Vax checks the time. The game will be coming to an end, now. Vax: ‘What happened next?’
Sorakin: ‘Next I remember was a hospital ward and feeling like I’d rented my body out to a circus. As I came to my senses I began to realise that somewhere on that leave I’d made a break with my past. Yeah, I’ve been feeling real shaky, nervy, ever since, but I’ve been chipping down on that since even before I blew myself in Kansas City. It helps a lot, you know? I got to feeling that I had shaken the Army out of my system for a time, and now I just didn’t want to let it creep back in. My soldiering was finished.
‘A few days later, they shipped me up here to this place, a high orbital base, they tell me. And now I’m here, waiting to see what happens next.’
Vax shunts a summoning bleep to the orderly. Vax: ‘What happens next? We’ll try to patch your life together again and see how you feel then. I reckon that if you still want to quit the Army then you’ll be allowed to buy out.
‘Of course, we’ll have to take your suboxy away from you, Thom. You realise that?’
Sorakin’s mouth opens and then closes again. The door opens and the orderly walks in, her crisp white uniform making slicing sounds as her legs swing past each other. Vax: ‘Okay, Julia, you can take him away. Confine him and boost him eighty mils chlorprimazate. He won’t be any trouble then, for a time.’
Orderly: ‘Yes, sir.’ Sorakin has stood up and the orderly grabs him by an arm and pulls him roughly out of the room.

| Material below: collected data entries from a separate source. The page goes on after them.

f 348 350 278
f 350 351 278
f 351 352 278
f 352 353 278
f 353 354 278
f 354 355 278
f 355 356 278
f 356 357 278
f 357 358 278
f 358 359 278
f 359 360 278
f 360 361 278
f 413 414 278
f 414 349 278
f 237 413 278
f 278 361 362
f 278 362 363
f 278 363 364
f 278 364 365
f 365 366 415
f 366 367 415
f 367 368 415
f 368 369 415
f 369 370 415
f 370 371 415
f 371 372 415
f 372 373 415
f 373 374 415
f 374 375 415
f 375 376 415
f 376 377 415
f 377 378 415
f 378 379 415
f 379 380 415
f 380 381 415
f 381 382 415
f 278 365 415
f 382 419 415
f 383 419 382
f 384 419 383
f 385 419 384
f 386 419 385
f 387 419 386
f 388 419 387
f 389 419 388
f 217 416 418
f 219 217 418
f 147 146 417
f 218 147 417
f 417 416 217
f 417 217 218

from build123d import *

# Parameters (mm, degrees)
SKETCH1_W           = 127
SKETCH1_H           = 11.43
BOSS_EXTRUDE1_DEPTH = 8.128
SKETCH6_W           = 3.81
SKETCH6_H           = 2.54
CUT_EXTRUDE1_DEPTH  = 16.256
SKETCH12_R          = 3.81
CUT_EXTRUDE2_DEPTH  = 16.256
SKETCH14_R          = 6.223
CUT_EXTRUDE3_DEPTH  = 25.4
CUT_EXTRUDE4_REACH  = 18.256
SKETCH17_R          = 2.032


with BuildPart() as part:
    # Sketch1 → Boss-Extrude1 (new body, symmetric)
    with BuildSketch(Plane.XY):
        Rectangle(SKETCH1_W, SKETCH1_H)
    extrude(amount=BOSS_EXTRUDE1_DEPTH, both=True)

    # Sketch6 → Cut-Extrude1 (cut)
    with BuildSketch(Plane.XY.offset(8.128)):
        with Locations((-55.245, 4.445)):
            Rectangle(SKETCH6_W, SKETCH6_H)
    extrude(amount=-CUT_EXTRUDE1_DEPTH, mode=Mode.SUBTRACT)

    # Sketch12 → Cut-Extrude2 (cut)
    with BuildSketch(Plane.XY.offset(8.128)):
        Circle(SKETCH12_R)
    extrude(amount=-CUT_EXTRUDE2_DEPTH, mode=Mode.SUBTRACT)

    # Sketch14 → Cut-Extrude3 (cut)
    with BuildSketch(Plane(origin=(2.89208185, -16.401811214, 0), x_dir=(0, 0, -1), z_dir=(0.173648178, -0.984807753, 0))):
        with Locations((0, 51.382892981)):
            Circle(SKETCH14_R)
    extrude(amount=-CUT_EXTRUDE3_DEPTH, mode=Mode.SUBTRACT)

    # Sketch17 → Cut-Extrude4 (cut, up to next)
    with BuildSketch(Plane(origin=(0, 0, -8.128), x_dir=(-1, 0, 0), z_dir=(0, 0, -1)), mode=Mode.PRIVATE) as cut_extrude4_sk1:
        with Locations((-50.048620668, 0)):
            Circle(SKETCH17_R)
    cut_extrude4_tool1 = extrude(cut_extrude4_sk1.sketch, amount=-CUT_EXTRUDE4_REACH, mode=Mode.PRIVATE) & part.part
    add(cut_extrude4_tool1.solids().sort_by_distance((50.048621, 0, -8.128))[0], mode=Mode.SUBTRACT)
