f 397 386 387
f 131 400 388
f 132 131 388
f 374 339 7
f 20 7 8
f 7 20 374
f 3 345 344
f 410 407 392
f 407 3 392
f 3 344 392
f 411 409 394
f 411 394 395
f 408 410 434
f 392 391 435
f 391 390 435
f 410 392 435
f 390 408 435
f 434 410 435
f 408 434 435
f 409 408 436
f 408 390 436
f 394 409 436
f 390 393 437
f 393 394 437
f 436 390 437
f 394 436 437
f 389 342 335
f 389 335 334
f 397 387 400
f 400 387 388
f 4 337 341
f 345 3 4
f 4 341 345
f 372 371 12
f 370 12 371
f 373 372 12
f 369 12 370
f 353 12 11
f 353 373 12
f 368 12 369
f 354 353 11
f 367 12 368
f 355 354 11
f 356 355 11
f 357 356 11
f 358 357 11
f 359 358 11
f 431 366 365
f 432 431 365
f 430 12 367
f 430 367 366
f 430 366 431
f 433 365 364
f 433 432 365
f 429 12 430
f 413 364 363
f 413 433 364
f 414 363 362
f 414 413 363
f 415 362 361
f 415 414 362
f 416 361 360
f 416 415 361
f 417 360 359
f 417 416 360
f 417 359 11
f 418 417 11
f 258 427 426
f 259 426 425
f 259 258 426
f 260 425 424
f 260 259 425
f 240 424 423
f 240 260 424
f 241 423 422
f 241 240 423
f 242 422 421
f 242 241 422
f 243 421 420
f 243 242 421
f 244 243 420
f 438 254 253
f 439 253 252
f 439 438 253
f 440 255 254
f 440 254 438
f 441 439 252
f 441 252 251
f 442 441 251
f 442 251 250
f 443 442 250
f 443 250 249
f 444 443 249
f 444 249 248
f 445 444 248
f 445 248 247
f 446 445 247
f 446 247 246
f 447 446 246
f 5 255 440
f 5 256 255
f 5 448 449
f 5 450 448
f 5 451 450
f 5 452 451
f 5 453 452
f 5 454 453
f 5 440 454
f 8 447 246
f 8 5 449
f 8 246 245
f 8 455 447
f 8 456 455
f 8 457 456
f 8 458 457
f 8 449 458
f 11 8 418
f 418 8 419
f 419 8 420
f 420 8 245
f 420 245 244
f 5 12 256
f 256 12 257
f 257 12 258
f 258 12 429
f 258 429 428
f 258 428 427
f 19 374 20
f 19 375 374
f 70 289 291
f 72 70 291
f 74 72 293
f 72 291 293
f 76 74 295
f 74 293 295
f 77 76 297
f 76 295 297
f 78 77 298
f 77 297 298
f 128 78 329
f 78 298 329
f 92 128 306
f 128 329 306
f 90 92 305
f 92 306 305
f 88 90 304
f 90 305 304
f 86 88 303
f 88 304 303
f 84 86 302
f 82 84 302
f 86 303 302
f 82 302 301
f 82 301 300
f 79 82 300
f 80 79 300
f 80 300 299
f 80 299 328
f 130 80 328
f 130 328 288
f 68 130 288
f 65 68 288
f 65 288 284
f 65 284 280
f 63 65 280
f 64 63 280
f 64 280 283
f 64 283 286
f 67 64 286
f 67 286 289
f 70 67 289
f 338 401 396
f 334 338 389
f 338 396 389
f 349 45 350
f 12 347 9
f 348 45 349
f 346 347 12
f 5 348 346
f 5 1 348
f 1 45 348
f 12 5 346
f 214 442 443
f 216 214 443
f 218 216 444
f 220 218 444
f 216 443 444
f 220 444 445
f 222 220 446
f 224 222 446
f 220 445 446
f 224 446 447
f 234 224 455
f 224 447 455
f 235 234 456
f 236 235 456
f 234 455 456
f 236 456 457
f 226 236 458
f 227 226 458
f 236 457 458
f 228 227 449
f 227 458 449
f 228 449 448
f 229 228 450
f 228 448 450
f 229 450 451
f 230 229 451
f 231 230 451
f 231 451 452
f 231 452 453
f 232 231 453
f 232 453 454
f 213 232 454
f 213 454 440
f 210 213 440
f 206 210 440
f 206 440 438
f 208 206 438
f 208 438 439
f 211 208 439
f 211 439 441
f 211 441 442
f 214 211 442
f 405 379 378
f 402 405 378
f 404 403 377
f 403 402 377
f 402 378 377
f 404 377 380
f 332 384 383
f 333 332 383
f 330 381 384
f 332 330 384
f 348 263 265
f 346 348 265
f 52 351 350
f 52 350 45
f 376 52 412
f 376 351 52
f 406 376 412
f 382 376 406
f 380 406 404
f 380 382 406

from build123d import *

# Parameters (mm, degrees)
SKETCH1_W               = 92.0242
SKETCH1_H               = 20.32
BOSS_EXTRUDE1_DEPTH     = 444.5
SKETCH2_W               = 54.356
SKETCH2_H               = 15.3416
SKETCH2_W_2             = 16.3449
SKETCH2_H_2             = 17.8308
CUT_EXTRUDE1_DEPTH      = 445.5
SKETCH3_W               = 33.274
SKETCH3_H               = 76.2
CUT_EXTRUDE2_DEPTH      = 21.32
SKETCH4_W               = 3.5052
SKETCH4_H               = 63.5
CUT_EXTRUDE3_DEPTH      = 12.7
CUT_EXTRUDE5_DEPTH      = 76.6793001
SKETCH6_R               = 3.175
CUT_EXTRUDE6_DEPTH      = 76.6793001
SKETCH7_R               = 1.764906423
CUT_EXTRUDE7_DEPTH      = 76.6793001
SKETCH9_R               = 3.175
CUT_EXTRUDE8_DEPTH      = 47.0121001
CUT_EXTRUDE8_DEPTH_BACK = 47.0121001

Vax, quietly: ‘Fucking nut-case.’ An endless stream of cowards and nut-cases is Vax’s lot in life; he spends most of his working hours wishing he hadn’t majored in Psychiatry at the Academy. With a heavy hand he reaches up and deshunts his suboccipital lead. Vax: ‘Any updates before I go and watch the game?’
Synth voice, from the panel by the monitor: ‘Fifty has been debited from your account, Sub Hugo. Pink Sox lost one-twenty-eight to one-ninety-four and they’re now out of this year’s play-offs.’
Vax tries to swipe the OFF switch at the base of his console as soon as he realises what the synth is telling him, but he is too late. Vax: ‘Shit.’